Greetings,
I just spent the last seven hours digging deep into the internals of
BackupPC to figure out why a backup was failing. I finally managed to
fix the symptom of the problem, but not the root cause. I'm writing to
y'all about it because (a) perhaps my narrative will be enough for
someone who is more familiar with the code to find and fix the root
cause, and (b) the visible manifestation of the problem was the dreaded
"backup failing with SIGPIPE" problem to which there are many
references, but few solutions, on the Web. Since not many people are as
stubborn as I am, I may be the first person who actually debugged this
all the way to the end, so it is possible that other people who are
having the SIGPIPE problem are having it for the same reason as I was
and don't know it.
The backup was being done using rsync over ssh. I ran strace on the
rsync process on the client and discovered that rsync was claiming right
before exiting that it was unable to allocate memory ("out of memory in
receive_sums"), which was strange because the client machine didn't
appear to be anywhere close to running out of RAM.
I ended up recompiling rsync on the client with debugging symbols and
without optimization, and then attaching to it in gdb while running the
backup, to find out just why it was claiming to be unable to allocate
memory. From this, I discovered that it was receiving a file size from
the other end (i.e., from File::RsyncP) which was so outrageously large
that it didn't even try to allocate the memory to hold the checksums for
the file.
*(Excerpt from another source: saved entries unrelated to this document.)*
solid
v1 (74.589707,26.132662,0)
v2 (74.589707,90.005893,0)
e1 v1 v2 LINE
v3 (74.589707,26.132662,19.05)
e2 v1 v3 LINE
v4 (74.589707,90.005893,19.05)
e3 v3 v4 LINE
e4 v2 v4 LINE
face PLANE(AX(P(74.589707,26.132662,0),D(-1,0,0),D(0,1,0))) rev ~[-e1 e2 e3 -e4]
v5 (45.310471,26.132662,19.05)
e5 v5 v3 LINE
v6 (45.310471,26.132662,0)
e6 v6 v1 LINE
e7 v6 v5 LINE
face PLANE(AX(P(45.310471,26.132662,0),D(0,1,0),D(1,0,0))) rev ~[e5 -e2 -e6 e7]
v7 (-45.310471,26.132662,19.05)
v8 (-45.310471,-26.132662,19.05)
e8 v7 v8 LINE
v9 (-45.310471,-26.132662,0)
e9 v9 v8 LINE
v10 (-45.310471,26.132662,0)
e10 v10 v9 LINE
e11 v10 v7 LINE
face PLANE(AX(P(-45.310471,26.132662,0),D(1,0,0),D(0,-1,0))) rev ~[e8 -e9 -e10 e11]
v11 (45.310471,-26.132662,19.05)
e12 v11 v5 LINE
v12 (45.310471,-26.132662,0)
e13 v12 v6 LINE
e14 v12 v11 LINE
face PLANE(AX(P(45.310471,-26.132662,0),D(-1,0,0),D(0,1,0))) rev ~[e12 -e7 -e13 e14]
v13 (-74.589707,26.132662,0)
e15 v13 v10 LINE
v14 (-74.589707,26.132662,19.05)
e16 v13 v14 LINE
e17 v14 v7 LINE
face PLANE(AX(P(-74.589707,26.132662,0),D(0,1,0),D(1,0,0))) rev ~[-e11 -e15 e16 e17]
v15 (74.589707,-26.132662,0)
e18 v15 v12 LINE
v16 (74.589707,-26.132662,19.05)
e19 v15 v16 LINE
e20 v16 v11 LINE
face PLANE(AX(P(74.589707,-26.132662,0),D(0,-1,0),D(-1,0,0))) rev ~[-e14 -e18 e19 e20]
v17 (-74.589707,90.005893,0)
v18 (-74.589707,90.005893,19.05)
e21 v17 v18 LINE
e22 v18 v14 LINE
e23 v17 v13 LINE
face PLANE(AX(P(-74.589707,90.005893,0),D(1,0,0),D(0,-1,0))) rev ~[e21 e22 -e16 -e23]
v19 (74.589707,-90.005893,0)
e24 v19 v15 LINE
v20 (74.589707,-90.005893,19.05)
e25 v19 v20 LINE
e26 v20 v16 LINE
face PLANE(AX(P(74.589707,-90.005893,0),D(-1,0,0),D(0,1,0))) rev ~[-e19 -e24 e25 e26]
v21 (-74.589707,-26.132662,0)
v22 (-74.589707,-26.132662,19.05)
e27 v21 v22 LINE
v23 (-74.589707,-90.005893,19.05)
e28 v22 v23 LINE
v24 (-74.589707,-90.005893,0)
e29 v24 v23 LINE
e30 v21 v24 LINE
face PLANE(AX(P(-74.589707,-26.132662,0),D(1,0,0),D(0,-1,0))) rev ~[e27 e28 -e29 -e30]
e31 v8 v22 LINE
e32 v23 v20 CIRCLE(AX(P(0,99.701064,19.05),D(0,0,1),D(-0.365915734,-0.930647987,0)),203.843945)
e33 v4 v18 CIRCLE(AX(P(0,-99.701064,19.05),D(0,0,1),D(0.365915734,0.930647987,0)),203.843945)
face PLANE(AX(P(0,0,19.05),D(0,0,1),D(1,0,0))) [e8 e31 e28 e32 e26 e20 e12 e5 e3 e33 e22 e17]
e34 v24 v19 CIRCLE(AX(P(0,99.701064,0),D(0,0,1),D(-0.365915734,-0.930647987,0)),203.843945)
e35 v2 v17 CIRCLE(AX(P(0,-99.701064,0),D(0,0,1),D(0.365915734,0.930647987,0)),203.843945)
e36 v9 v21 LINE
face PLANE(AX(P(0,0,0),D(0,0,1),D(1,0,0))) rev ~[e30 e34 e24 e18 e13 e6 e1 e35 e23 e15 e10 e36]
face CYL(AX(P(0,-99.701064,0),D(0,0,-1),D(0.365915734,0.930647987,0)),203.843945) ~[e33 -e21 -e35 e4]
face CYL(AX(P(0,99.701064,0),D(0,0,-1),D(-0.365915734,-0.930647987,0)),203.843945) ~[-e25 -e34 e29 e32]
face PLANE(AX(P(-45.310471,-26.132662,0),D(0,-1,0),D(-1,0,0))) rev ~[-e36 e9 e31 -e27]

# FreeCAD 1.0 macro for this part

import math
import FreeCAD as App
import Part
import Sketcher

V = App.Vector
Q = App.Units.Quantity

doc = App.newDocument("Part")
body = doc.addObject("PartDesign::Body", "Body")

# Sketch on XY plane
sketch1 = body.newObject("Sketcher::SketchObject", "Sketch")
sketch1.AttachmentSupport = (doc.getObject("XY_Plane"), [""])
sketch1.MapMode = "FlatFace"
sketch1.addGeometry(Part.LineSegment(V(75, 26, 0), V(75, 90, 0)), False)
sketch1.addGeometry(Part.ArcOfCircle(Part.Circle(V(0, -100, 0), V(0, 0, 1), 204), math.radians(69), math.radians(111)), False)
sketch1.addGeometry(Part.LineSegment(V(-75, 90, 0), V(-75, 26, 0)), False)
sketch1.addGeometry(Part.LineSegment(V(-75, 26, 0), V(-45, 26, 0)), False)
sketch1.addGeometry(Part.LineSegment(V(-45, 26, 0), V(-45, -26, 0)), False)
sketch1.addGeometry(Part.LineSegment(V(-45, -26, 0), V(-75, -26, 0)), False)
sketch1.addGeometry(Part.LineSegment(V(-75, -26, 0), V(-75, -90, 0)), False)
sketch1.addGeometry(Part.ArcOfCircle(Part.Circle(V(0, 100, 0), V(0, 0, 1), 204), math.radians(-111), math.radians(-69)), False)
sketch1.addGeometry(Part.LineSegment(V(75, -90, 0), V(75, -26, 0)), False)
sketch1.addGeometry(Part.LineSegment(V(75, -26, 0), V(45, -26, 0)), False)
sketch1.addGeometry(Part.LineSegment(V(45, -26, 0), V(45, 26, 0)), False)
sketch1.addGeometry(Part.LineSegment(V(45, 26, 0), V(75, 26, 0)), False)
sketch1.addConstraint(Sketcher.Constraint("Coincident", 0, 2, 1, 1))
sketch1.addConstraint(Sketcher.Constraint("Coincident", 1, 2, 2, 1))
sketch1.addConstraint(Sketcher.Constraint("Coincident", 2, 2, 3, 1))
sketch1.addConstraint(Sketcher.Constraint("Coincident", 3, 2, 4, 1))
sketch1.addConstraint(Sketcher.Constraint("Coincident", 4, 2, 5, 1))
sketch1.addConstraint(Sketcher.Constraint("Coincident", 5, 2, 6, 1))
sketch1.addConstraint(Sketcher.Constraint("Coincident", 6, 2, 7, 1))
sketch1.addConstraint(Sketcher.Constraint("Coincident", 7, 2, 8, 1))
sketch1.addConstraint(Sketcher.Constraint("Coincident", 8, 2, 9, 1))
sketch1.addConstraint(Sketcher.Constraint("Coincident", 9, 2, 10, 1))
sketch1.addConstraint(Sketcher.Constraint("Coincident", 10, 2, 11, 1))
sketch1.addConstraint(Sketcher.Constraint("Coincident", 11, 2, 0, 1))
sketch1.addConstraint(Sketcher.Constraint("Vertical", 0))
sketch1.addConstraint(Sketcher.Constraint("Vertical", 2))
sketch1.addConstraint(Sketcher.Constraint("Horizontal", 3))
sketch1.addConstraint(Sketcher.Constraint("Vertical", 4))
sketch1.addConstraint(Sketcher.Constraint("Horizontal", 5))
sketch1.addConstraint(Sketcher.Constraint("Vertical", 6))
sketch1.addConstraint(Sketcher.Constraint("Vertical", 8))
sketch1.addConstraint(Sketcher.Constraint("Horizontal", 9))
sketch1.addConstraint(Sketcher.Constraint("Vertical", 10))
sketch1.addConstraint(Sketcher.Constraint("Horizontal", 11))
sketch1.addConstraint(Sketcher.Constraint("Equal", 1, 7))
sketch1.addConstraint(Sketcher.Constraint("Symmetric", 1, 3, 7, 3, -1, 1))
sketch1.addConstraint(Sketcher.Constraint("Symmetric", 2, 2, 8, 2, -1, 1))
sketch1.addConstraint(Sketcher.Constraint("Symmetric", 4, 2, 10, 2, -1, 1))
sketch1.addConstraint(Sketcher.Constraint("Symmetric", 0, 2, 1, 2, -2))
sketch1.addConstraint(Sketcher.Constraint("Symmetric", 5, 2, 8, 2, -2))
sketch1.addConstraint(Sketcher.Constraint("Radius", 1, Q("203.843945 mm")))
sketch1.addConstraint(Sketcher.Constraint("DistanceY", 0, 1, 0, 2, Q("63.873231 mm")))
sketch1.addConstraint(Sketcher.Constraint("DistanceX", 3, 1, 3, 2, Q("29.279236 mm")))
sketch1.addConstraint(Sketcher.Constraint("DistanceY", 4, 2, 4, 1, Q("52.265324 mm")))
sketch1.addConstraint(Sketcher.Constraint("DistanceX", 3, 2, -1, 1, Q("45.310471 mm")))
pad1 = body.newObject("PartDesign::Pad", "Pad")
pad1.Profile = sketch1
pad1.Length = Q("0.75 in")

doc.recompute()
In particular, this code in the rsync's util.c came into
play, and the return statement I've put in bold was actually being
executed:
#define MALLOC_MAX 0x40000000
void *_new_array(unsigned int size, unsigned long num)
{
if (num >= MALLOC_MAX/size)
return NULL;
return malloc(size * num);
}
>From this, I went digging into File::RsyncP on the server, and from
there into BackupPC::Xfer::RsyncFileIO, and from there into
BackupPC::Attrib.
What I discovered, to my surprise, was that in the last successful
backup of this host, somehow a single attribute structure in a single
attrib file got corrupted. The symptom of the corruption was that the
sizeDiv4GB value for that file was set to 4294967295, which if I'm not
mistaken is the signed value -1 cast to an unsigned. The actual size of
the file in question was only 300 bytes, so obviously sizeDiv4GB should
have been set to 0. This backup was made with BackupPC 2.1.2.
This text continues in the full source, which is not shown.